Write out every line exactly, from the first line of the records below through the line that contains "ThreePointArc((-71, -103), (-70.12132, -105.12132), (-68, -106))".
───── INFORMATION ─────
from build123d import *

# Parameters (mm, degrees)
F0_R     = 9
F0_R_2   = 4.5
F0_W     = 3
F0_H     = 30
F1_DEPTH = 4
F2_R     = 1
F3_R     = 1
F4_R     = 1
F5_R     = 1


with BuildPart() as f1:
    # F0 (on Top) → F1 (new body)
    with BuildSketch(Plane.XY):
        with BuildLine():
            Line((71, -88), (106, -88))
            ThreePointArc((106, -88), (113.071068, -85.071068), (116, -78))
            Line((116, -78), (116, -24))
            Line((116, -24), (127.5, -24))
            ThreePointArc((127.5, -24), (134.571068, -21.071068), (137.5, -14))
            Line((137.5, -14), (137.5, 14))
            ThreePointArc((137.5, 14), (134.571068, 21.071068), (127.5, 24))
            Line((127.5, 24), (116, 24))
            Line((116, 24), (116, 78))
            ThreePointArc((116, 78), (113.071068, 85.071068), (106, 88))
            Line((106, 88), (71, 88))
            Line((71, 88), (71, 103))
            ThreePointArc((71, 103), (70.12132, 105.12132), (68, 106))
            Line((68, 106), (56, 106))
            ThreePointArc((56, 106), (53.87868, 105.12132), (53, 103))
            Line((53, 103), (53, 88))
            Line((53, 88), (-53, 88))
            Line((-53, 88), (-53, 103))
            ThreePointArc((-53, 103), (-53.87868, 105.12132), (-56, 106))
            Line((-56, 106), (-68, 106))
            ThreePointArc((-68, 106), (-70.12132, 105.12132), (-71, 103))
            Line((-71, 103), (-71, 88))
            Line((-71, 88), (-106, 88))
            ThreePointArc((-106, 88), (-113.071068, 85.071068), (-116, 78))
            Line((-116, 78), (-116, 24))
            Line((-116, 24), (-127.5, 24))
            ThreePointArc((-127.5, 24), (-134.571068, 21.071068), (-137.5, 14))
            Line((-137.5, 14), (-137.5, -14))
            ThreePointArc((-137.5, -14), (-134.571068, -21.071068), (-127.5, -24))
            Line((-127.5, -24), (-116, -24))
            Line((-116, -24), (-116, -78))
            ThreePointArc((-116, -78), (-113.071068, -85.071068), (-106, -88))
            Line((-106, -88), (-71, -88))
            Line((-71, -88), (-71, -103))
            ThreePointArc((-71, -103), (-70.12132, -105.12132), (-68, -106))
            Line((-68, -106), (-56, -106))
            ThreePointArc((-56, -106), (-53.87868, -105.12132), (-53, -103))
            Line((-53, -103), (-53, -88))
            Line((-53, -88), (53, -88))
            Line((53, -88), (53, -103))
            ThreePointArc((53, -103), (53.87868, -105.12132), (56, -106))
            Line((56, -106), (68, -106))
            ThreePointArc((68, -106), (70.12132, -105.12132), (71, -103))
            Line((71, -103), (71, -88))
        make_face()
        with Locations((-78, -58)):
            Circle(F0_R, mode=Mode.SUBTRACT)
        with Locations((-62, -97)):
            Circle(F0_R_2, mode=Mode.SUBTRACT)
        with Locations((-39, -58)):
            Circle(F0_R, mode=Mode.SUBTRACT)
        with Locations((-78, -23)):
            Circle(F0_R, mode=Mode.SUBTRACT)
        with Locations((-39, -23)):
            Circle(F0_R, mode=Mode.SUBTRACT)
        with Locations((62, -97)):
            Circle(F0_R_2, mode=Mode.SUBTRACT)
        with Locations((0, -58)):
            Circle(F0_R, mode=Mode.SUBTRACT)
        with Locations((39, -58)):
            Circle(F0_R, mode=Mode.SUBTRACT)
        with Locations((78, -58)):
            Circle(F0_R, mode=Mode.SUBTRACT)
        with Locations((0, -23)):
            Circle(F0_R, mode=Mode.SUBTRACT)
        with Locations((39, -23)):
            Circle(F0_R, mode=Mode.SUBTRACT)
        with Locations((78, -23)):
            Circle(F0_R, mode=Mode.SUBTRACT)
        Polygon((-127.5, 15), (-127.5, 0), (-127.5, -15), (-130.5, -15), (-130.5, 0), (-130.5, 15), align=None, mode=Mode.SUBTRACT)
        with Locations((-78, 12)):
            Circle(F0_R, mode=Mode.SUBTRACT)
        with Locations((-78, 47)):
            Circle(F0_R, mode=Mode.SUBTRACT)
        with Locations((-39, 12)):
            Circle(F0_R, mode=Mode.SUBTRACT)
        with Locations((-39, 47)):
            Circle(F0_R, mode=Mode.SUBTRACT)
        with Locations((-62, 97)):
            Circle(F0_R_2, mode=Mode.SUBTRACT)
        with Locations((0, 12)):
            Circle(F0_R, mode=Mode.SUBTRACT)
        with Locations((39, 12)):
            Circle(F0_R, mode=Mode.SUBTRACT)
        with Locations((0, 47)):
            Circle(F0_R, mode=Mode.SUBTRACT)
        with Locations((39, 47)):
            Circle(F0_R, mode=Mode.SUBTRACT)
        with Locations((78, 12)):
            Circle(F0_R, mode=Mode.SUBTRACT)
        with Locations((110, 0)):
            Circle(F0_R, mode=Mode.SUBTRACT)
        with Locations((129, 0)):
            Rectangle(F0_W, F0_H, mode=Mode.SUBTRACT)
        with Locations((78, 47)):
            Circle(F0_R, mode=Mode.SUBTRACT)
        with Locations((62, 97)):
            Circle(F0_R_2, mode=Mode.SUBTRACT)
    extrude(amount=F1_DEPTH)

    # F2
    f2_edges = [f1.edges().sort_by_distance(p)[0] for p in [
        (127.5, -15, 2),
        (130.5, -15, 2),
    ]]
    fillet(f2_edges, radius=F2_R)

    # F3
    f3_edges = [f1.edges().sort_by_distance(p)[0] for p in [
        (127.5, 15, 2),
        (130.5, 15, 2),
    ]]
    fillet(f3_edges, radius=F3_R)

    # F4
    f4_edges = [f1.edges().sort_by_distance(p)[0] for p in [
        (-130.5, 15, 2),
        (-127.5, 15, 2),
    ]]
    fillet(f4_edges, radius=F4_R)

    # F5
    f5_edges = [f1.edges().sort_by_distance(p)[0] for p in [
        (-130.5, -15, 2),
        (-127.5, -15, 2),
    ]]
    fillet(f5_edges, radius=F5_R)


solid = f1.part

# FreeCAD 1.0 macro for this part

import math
import FreeCAD as App
import Part
import Sketcher
from FreeCAD import Vector
Q = App.Units.Quantity


def edges_at(feature, points):
    """Names of the edges that pass closest to the given points."""
    edges = feature.Shape.Edges
    near = lambda p: min(range(len(edges)), key=lambda i: edges[i].distToShape(Part.Vertex(*p))[0])
    return sorted({f"Edge{near(p) + 1}" for p in points})

doc = App.newDocument("Part")
params = doc.addObject("Spreadsheet::Sheet", "Params")
for row, (alias, value) in enumerate([
    ("sketch1_diameter", "18 mm"),
    ("sketch1_diameter2", "9 mm"),
    ("sketch1_radius", "9.999999 mm"),
    ("sketch1_radius2", "3.000001 mm"),
    ("sketch1_width", "35 mm"),
    ("pad1_length", "4 mm"),
    ("fillet_radius", "1 mm"),
    ("fillet2_radius", "1 mm"),
    ("fillet3_radius", "1 mm"),
    ("fillet4_radius", "1 mm"),
], start=1):
    params.set(f"A{row}", alias)
    params.set(f"B{row}", "=" + value)
    params.setAlias(f"B{row}", alias)

body = doc.addObject("PartDesign::Body", "Body")

# Sketch on XY plane
sketch1 = body.newObject("Sketcher::SketchObject", "Sketch")
sketch1.AttachmentSupport = (doc.getObject("XY_Plane"), [""])
sketch1.MapMode = "FlatFace"
sketch1.addGeometry(Part.LineSegment(Vector(71, -88, 0), Vector(106, -88, 0)), False)
sketch1.addGeometry(Part.ArcOfCircle(Part.Circle(Vector(106.000001, -78.000001, 0), Vector(0, 0, 1), 9.999999), math.radians(-90.000004), math.radians(0.000004)), False)
sketch1.addGeometry(Part.LineSegment(Vector(116, -78, 0), Vector(116, -24, 0)), False)
sketch1.addGeometry(Part.LineSegment(Vector(116, -24, 0), Vector(127.5, -24, 0)), False)
sketch1.addGeometry(Part.ArcOfCircle(Part.Circle(Vector(127.500001, -14.000001, 0), Vector(0, 0, 1), 9.999999), math.radians(-90.000004), math.radians(0.000004)), False)
sketch1.addGeometry(Part.LineSegment(Vector(137.5, -14, 0), Vector(137.5, 14, 0)), False)
sketch1.addGeometry(Part.ArcOfCircle(Part.Circle(Vector(127.500001, 14.000001, 0), Vector(0, 0, 1), 9.999999), math.radians(-0.000004), math.radians(90.000004)), False)
sketch1.addGeometry(Part.LineSegment(Vector(127.5, 24, 0), Vector(116, 24, 0)), False)
sketch1.addGeometry(Part.LineSegment(Vector(116, 24, 0), Vector(116, 78, 0)), False)
sketch1.addGeometry(Part.ArcOfCircle(Part.Circle(Vector(106.000001, 78.000001, 0), Vector(0, 0, 1), 9.999999), math.radians(-0.000004), math.radians(90.000004)), False)
sketch1.addGeometry(Part.LineSegment(Vector(106, 88, 0), Vector(71, 88, 0)), False)
sketch1.addGeometry(Part.LineSegment(Vector(71, 88, 0), Vector(71, 103, 0)), False)
sketch1.addGeometry(Part.ArcOfCircle(Part.Circle(Vector(67.999999, 102.999999, 0), Vector(0, 0, 1), 3.000001), math.radians(0.000022), math.radians(89.999978)), False)
sketch1.addGeometry(Part.LineSegment(Vector(68, 106, 0), Vector(56, 106, 0)), False)
sketch1.addGeometry(Part.ArcOfCircle(Part.Circle(Vector(56.000001, 102.999999, 0), Vector(0, 0, 1), 3.000001), math.radians(90.000022), math.radians(179.999978)), False)
sketch1.addGeometry(Part.LineSegment(Vector(53, 103, 0), Vector(53, 88, 0)), False)
sketch1.addGeometry(Part.LineSegment(Vector(53, 88, 0), Vector(-53, 88, 0)), False)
─────
- RESPONSE TO THE TASK
from build123d import *

# Parameters (mm, degrees)
F0_R     = 9
F0_R_2   = 4.5
F0_W     = 3
F0_H     = 30
F1_DEPTH = 4
F2_R     = 1
F3_R     = 1
F4_R     = 1
F5_R     = 1


with BuildPart() as f1:
    # F0 (on Top) → F1 (new body)
    with BuildSketch(Plane.XY):
        with BuildLine():
            Line((71, -88), (106, -88))
            ThreePointArc((106, -88), (113.071068, -85.071068), (116, -78))
            Line((116, -78), (116, -24))
            Line((116, -24), (127.5, -24))
            ThreePointArc((127.5, -24), (134.571068, -21.071068), (137.5, -14))
            Line((137.5, -14), (137.5, 14))
            ThreePointArc((137.5, 14), (134.571068, 21.071068), (127.5, 24))
            Line((127.5, 24), (116, 24))
            Line((116, 24), (116, 78))
            ThreePointArc((116, 78), (113.071068, 85.071068), (106, 88))
            Line((106, 88), (71, 88))
            Line((71, 88), (71, 103))
            ThreePointArc((71, 103), (70.12132, 105.12132), (68, 106))
            Line((68, 106), (56, 106))
            ThreePointArc((56, 106), (53.87868, 105.12132), (53, 103))
            Line((53, 103), (53, 88))
            Line((53, 88), (-53, 88))
            Line((-53, 88), (-53, 103))
            ThreePointArc((-53, 103), (-53.87868, 105.12132), (-56, 106))
            Line((-56, 106), (-68, 106))
            ThreePointArc((-68, 106), (-70.12132, 105.12132), (-71, 103))
            Line((-71, 103), (-71, 88))
            Line((-71, 88), (-106, 88))
            ThreePointArc((-106, 88), (-113.071068, 85.071068), (-116, 78))
            Line((-116, 78), (-116, 24))
            Line((-116, 24), (-127.5, 24))
            ThreePointArc((-127.5, 24), (-134.571068, 21.071068), (-137.5, 14))
            Line((-137.5, 14), (-137.5, -14))
            ThreePointArc((-137.5, -14), (-134.571068, -21.071068), (-127.5, -24))
            Line((-127.5, -24), (-116, -24))
            Line((-116, -24), (-116, -78))
            ThreePointArc((-116, -78), (-113.071068, -85.071068), (-106, -88))
            Line((-106, -88), (-71, -88))
            Line((-71, -88), (-71, -103))
            ThreePointArc((-71, -103), (-70.12132, -105.12132), (-68, -106))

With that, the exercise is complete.